**Exercise aim:** Your answer is the lines below, exactly, from the one that contains "#143=ORIENTED_EDGE('',*,*,#142,.T.);" through the one that contains "#158=ORIENTED_EDGE('',*,*,#89,.T.);", both included.
*** Data for review Section Begins ***
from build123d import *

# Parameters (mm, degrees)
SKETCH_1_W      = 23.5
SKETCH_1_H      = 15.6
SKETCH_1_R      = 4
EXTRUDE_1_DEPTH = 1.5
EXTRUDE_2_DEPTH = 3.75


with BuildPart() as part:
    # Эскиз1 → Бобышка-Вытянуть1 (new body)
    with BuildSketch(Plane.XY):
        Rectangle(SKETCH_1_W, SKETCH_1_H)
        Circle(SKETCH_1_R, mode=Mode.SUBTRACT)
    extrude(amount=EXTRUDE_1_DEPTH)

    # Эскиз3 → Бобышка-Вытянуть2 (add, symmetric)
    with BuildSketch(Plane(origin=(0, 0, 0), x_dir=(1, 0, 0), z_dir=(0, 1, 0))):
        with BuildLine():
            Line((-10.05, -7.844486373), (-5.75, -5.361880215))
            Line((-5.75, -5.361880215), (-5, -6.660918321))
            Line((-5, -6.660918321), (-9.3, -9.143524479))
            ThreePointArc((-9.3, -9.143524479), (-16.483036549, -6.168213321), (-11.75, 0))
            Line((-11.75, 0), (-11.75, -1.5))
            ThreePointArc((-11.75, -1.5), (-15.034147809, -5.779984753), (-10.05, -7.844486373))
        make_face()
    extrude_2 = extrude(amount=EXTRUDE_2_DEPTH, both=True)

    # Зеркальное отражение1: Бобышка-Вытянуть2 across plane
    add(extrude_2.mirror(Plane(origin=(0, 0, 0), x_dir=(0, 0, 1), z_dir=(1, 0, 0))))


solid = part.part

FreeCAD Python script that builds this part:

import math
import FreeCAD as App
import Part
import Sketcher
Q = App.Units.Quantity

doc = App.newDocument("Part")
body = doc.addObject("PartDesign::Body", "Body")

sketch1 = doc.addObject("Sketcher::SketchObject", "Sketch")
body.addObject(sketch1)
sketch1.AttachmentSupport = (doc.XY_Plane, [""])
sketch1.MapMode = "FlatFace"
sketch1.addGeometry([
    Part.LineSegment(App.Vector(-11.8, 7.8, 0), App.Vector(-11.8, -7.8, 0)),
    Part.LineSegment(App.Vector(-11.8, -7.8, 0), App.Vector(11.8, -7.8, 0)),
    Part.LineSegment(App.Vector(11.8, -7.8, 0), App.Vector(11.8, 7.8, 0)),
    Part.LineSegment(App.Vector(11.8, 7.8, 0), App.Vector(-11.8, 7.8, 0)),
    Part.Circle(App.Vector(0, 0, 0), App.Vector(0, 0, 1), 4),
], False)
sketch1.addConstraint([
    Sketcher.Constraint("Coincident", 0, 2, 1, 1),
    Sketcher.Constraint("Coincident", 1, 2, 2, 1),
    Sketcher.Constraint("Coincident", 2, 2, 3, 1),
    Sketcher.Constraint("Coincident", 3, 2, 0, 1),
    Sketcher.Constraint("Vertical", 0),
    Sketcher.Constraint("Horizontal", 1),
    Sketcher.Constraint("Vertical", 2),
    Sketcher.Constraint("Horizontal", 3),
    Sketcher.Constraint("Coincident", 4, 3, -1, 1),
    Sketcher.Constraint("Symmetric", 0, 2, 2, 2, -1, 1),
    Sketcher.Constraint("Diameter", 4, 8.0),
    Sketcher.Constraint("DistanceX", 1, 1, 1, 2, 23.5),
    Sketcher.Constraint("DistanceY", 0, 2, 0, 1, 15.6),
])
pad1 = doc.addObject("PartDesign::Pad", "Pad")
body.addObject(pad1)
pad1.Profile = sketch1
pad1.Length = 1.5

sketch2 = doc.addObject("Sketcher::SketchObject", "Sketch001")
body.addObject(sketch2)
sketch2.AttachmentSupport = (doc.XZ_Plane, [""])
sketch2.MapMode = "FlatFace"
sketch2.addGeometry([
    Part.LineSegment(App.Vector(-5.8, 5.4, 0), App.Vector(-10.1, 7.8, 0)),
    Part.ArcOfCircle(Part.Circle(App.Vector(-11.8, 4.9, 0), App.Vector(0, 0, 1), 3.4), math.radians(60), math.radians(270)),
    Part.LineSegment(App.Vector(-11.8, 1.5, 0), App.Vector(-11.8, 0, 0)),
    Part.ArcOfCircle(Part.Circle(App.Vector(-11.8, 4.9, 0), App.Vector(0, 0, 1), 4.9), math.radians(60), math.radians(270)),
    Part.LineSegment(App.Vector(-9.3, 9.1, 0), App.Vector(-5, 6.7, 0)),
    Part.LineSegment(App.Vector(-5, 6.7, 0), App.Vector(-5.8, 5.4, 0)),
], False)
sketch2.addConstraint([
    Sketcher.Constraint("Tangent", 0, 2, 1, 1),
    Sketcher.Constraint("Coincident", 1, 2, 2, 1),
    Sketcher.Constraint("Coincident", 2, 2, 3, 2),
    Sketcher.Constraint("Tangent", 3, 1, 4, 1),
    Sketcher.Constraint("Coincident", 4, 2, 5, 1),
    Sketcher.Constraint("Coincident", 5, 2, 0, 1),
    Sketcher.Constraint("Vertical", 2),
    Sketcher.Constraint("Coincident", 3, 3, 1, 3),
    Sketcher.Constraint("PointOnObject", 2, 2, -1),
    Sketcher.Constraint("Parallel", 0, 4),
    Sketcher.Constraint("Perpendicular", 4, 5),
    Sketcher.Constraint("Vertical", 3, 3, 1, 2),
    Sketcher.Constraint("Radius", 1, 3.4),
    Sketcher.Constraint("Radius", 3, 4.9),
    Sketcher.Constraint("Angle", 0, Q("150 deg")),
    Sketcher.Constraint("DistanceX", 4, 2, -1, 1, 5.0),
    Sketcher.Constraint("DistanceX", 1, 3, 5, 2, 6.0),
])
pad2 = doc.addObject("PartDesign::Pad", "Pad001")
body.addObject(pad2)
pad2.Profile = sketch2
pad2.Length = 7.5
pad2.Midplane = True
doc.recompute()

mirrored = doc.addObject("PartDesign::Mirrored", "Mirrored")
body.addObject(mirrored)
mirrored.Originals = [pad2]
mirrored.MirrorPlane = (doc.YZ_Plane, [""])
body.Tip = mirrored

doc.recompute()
*** Data for review Section Ends ***
*** Data for review Section Begins ***
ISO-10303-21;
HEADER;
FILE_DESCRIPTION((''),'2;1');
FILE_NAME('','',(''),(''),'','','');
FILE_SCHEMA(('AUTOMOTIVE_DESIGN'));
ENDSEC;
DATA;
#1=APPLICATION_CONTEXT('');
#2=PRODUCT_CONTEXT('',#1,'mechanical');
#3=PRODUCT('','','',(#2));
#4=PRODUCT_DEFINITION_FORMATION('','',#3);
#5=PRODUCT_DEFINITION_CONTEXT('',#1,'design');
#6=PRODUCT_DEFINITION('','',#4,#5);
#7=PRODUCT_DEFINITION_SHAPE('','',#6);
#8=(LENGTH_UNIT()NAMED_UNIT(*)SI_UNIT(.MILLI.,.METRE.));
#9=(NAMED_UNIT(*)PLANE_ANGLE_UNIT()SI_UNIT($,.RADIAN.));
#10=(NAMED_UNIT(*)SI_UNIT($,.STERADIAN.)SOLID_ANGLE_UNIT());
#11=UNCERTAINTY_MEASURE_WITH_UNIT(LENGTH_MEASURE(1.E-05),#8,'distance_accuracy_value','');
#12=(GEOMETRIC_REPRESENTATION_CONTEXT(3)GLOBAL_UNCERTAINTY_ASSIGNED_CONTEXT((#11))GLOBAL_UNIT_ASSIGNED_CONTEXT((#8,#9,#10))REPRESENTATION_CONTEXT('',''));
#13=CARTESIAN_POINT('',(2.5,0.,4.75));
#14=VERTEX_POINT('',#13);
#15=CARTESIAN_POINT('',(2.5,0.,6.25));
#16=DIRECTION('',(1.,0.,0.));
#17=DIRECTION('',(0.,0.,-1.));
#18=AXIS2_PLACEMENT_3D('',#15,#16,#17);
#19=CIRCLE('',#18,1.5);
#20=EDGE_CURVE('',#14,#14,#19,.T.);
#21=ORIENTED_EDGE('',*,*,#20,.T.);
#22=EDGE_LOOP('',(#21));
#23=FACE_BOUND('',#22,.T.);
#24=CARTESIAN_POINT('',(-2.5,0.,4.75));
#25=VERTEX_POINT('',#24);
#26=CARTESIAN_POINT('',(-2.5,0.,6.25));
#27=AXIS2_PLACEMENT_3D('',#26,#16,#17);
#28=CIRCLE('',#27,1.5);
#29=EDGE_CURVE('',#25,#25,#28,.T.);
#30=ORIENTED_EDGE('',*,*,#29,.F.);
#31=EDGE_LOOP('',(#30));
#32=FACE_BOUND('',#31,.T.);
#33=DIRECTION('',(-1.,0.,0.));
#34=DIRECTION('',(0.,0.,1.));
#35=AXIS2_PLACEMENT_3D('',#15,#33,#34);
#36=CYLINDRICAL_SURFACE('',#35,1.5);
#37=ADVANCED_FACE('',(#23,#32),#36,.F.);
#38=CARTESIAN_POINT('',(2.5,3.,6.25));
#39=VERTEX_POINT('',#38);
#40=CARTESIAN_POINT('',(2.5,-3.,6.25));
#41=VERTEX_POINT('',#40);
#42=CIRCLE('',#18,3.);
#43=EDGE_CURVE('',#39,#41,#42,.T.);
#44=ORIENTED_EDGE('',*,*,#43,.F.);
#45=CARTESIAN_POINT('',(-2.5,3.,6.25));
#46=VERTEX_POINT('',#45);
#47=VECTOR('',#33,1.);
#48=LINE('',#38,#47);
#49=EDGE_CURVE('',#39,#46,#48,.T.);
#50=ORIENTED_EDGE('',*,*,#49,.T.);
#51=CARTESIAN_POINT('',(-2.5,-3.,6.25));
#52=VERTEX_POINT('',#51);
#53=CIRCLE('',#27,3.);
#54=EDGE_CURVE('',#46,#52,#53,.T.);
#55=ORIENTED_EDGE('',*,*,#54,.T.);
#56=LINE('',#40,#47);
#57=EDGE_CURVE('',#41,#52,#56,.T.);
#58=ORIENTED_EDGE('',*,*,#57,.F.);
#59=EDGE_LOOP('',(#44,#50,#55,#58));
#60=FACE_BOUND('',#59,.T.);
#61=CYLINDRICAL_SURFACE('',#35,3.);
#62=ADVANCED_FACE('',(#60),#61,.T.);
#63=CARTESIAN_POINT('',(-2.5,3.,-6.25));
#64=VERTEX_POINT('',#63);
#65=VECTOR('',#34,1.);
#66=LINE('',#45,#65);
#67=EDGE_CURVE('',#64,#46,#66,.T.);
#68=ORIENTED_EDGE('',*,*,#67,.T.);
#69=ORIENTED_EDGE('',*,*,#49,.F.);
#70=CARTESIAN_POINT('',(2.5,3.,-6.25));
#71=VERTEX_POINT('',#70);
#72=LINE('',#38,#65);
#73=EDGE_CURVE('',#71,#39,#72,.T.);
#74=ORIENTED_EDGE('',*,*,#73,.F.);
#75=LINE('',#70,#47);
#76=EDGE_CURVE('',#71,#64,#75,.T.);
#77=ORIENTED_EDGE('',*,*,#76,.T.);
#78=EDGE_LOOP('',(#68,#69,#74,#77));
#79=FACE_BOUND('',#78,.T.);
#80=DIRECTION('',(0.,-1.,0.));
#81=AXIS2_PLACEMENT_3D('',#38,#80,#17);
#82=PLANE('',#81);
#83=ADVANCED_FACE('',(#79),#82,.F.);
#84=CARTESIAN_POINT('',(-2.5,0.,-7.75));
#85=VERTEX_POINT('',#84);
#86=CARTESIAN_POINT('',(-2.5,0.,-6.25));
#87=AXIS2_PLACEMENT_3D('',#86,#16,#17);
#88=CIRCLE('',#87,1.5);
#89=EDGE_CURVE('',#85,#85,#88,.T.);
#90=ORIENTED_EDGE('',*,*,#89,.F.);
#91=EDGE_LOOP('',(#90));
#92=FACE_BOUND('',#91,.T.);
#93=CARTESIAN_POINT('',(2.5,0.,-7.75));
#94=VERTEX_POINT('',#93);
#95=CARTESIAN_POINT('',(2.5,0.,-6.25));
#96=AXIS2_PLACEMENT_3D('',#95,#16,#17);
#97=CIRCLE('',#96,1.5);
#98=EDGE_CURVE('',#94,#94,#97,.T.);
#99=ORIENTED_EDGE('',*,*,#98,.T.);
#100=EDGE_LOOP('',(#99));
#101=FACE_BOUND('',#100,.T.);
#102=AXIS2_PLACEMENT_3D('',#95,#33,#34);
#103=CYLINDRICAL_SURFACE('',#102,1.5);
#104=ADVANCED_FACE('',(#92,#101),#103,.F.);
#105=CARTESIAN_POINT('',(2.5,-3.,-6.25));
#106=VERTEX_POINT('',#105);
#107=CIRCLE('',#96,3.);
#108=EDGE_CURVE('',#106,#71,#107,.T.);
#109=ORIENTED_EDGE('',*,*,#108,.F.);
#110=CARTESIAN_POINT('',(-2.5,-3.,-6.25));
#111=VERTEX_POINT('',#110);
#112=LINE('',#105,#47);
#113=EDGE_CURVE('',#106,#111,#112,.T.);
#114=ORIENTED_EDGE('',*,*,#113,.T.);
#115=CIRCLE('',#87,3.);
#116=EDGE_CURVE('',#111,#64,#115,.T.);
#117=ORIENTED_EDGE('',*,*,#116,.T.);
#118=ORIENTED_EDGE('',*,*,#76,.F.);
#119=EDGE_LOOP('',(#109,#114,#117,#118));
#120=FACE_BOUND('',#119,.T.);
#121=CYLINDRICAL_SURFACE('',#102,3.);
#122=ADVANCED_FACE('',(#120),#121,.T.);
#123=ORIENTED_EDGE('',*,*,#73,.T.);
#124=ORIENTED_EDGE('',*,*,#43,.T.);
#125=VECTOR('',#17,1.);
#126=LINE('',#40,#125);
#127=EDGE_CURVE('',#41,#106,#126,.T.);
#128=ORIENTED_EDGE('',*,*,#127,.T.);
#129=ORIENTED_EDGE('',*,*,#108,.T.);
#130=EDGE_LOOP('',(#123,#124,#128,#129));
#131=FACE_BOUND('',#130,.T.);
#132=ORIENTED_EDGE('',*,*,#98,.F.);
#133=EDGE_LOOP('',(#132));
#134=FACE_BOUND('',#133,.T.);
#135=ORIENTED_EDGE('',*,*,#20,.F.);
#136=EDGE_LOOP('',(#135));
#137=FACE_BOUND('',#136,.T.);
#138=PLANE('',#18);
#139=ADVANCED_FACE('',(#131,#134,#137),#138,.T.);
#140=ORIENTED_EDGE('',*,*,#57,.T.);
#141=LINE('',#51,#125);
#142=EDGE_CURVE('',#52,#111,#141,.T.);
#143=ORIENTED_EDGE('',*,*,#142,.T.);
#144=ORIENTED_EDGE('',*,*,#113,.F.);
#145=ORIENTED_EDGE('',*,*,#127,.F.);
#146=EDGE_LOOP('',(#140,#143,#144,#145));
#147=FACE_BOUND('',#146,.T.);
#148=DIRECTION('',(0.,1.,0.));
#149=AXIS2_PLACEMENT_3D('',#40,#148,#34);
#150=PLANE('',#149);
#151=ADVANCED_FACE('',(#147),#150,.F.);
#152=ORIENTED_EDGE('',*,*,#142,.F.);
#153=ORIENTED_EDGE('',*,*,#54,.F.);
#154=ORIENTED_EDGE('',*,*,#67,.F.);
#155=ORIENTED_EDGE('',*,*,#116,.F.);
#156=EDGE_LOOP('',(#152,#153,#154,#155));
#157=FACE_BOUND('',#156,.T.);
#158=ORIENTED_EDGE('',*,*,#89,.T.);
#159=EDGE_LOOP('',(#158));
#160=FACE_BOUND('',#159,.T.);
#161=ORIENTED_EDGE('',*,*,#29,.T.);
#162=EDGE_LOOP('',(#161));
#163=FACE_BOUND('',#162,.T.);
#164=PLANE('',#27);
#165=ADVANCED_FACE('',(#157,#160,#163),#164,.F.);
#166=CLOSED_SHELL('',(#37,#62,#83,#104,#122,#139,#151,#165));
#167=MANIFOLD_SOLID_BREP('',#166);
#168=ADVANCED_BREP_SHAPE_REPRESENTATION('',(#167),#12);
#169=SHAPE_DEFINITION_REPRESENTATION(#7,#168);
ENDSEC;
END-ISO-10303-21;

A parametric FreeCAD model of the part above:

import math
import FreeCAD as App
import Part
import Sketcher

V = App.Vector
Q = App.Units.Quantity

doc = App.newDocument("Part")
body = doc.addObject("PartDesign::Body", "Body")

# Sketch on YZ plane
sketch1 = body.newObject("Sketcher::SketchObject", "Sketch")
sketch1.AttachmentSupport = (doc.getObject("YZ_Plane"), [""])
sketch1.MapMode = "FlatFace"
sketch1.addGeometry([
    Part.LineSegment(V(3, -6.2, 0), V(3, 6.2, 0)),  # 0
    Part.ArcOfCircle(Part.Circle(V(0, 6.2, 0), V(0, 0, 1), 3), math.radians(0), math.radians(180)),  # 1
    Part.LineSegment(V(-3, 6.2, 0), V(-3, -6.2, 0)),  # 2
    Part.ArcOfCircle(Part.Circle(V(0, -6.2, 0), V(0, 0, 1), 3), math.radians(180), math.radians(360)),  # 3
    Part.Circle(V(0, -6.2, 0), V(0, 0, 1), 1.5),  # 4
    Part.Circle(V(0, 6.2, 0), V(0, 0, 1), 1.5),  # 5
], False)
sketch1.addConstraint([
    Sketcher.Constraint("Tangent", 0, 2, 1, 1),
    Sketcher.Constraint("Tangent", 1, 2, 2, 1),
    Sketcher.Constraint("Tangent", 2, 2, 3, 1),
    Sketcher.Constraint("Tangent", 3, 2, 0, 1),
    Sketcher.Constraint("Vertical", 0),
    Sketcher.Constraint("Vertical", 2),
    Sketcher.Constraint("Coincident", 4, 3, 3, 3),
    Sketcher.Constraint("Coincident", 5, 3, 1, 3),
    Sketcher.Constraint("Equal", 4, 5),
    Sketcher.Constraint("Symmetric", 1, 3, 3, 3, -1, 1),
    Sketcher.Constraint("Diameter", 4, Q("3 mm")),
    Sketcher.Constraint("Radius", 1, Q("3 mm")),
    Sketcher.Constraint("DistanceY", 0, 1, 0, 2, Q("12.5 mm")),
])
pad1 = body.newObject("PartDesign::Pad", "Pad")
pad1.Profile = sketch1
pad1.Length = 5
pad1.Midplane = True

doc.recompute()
*** Data for review Section Ends ***
*** Data for review Section Begins ***
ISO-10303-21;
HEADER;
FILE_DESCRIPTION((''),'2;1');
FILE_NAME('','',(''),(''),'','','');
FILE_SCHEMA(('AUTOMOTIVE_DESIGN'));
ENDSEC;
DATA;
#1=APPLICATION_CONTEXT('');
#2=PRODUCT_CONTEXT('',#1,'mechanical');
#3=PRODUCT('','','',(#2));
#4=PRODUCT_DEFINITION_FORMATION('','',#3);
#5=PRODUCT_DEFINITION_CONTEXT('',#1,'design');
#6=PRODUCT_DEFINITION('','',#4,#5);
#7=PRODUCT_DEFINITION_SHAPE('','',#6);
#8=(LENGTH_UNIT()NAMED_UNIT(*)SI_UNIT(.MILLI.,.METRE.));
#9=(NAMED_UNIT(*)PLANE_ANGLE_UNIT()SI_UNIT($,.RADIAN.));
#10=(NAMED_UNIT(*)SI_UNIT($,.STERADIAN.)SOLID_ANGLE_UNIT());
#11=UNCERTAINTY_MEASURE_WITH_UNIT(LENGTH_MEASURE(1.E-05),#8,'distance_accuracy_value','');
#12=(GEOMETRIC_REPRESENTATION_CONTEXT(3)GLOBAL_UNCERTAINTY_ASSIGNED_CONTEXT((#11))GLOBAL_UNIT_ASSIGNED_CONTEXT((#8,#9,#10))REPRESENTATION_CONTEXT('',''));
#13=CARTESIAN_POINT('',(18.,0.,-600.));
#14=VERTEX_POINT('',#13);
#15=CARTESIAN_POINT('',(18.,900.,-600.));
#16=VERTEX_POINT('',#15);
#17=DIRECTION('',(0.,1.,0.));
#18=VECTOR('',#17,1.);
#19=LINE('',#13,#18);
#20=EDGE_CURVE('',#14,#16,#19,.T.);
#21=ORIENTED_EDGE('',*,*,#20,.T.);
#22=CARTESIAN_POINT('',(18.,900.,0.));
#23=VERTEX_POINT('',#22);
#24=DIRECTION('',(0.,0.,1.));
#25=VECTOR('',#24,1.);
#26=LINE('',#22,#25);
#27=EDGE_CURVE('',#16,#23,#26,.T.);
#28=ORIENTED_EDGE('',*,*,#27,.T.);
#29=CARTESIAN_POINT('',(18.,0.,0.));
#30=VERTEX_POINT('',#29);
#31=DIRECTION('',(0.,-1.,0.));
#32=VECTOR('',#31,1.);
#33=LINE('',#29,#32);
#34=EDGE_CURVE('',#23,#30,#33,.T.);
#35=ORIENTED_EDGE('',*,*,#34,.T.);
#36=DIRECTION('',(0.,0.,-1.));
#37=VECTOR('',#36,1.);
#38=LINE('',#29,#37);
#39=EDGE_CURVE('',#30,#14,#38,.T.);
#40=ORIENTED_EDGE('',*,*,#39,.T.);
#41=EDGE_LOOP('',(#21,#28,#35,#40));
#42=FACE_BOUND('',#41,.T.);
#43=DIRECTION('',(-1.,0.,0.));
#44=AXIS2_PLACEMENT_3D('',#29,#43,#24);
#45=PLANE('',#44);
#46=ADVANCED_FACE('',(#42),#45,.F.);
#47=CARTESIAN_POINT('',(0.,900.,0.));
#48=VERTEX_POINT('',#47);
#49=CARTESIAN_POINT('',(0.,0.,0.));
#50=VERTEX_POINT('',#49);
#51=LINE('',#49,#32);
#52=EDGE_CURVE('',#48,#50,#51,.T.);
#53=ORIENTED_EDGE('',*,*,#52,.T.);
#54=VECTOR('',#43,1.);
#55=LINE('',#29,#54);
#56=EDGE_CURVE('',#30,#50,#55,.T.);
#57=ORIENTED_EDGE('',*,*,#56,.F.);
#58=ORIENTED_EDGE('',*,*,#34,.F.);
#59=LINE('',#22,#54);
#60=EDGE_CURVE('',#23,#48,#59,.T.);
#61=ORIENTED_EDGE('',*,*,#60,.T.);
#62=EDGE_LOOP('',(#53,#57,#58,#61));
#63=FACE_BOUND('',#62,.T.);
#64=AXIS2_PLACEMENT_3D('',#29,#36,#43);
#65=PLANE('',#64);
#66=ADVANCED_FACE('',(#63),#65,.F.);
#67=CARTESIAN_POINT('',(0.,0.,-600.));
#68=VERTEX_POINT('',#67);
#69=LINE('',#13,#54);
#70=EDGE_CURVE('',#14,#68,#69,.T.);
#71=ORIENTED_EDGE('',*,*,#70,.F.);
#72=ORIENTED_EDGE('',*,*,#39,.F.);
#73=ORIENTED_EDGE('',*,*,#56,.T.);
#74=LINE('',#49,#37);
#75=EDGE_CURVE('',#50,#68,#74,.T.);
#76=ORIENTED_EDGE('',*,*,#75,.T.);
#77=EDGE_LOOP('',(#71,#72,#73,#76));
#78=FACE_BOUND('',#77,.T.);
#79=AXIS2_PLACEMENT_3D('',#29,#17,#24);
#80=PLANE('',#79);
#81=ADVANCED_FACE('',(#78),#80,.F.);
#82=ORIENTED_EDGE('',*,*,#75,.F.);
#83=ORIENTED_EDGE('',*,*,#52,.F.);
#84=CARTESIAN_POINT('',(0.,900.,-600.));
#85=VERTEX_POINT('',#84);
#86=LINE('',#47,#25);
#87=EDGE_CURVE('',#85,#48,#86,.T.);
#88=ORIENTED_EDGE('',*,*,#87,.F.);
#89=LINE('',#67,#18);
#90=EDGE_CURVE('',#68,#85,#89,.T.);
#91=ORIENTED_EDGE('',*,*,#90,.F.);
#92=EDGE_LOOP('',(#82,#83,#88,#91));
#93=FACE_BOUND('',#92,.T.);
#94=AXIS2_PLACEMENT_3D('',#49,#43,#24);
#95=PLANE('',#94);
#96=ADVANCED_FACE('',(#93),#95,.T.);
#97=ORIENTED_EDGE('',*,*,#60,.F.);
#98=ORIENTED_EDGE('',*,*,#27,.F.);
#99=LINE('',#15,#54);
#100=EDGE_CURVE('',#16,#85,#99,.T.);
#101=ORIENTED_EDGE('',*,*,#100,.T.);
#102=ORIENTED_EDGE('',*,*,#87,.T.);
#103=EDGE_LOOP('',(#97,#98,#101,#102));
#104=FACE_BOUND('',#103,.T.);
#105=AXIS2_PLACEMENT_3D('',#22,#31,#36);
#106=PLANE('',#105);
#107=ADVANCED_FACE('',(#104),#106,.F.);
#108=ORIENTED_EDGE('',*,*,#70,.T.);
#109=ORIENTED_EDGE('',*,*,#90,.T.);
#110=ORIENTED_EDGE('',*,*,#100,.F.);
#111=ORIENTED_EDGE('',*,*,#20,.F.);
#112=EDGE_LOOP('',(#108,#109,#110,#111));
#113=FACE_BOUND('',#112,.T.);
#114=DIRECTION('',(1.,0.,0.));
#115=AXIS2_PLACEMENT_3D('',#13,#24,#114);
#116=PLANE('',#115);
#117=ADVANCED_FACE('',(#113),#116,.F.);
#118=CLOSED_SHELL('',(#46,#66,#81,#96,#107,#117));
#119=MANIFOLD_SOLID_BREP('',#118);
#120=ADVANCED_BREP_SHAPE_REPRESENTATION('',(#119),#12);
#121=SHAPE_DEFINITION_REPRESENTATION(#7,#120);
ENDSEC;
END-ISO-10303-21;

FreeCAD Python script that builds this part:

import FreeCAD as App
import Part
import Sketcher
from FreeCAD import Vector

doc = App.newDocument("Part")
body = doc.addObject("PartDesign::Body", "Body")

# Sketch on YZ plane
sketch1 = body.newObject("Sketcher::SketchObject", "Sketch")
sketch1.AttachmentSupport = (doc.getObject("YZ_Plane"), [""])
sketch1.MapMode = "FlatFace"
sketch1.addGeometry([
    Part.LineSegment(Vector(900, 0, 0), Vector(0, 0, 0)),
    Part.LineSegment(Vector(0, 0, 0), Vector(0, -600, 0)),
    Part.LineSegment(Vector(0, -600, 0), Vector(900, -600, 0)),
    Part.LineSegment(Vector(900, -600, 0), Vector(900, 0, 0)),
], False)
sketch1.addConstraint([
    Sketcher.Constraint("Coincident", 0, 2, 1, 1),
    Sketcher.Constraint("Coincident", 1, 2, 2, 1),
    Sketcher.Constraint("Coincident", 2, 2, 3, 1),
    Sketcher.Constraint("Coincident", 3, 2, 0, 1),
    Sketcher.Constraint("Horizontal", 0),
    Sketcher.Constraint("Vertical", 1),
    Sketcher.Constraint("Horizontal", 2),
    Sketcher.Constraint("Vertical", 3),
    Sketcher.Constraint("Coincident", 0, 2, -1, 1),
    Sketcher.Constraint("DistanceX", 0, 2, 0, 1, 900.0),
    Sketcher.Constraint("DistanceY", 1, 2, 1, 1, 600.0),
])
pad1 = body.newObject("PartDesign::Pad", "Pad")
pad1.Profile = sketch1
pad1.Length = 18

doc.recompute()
*** Data for review Section Ends ***
**Task result:**
#143=ORIENTED_EDGE('',*,*,#142,.T.);
#144=ORIENTED_EDGE('',*,*,#113,.F.);
#145=ORIENTED_EDGE('',*,*,#127,.F.);
#146=EDGE_LOOP('',(#140,#143,#144,#145));
#147=FACE_BOUND('',#146,.T.);
#148=DIRECTION('',(0.,1.,0.));
#149=AXIS2_PLACEMENT_3D('',#40,#148,#34);
#150=PLANE('',#149);
#151=ADVANCED_FACE('',(#147),#150,.F.);
#152=ORIENTED_EDGE('',*,*,#142,.F.);
#153=ORIENTED_EDGE('',*,*,#54,.F.);
#154=ORIENTED_EDGE('',*,*,#67,.F.);
#155=ORIENTED_EDGE('',*,*,#116,.F.);
#156=EDGE_LOOP('',(#152,#153,#154,#155));
#157=FACE_BOUND('',#156,.T.);
#158=ORIENTED_EDGE('',*,*,#89,.T.);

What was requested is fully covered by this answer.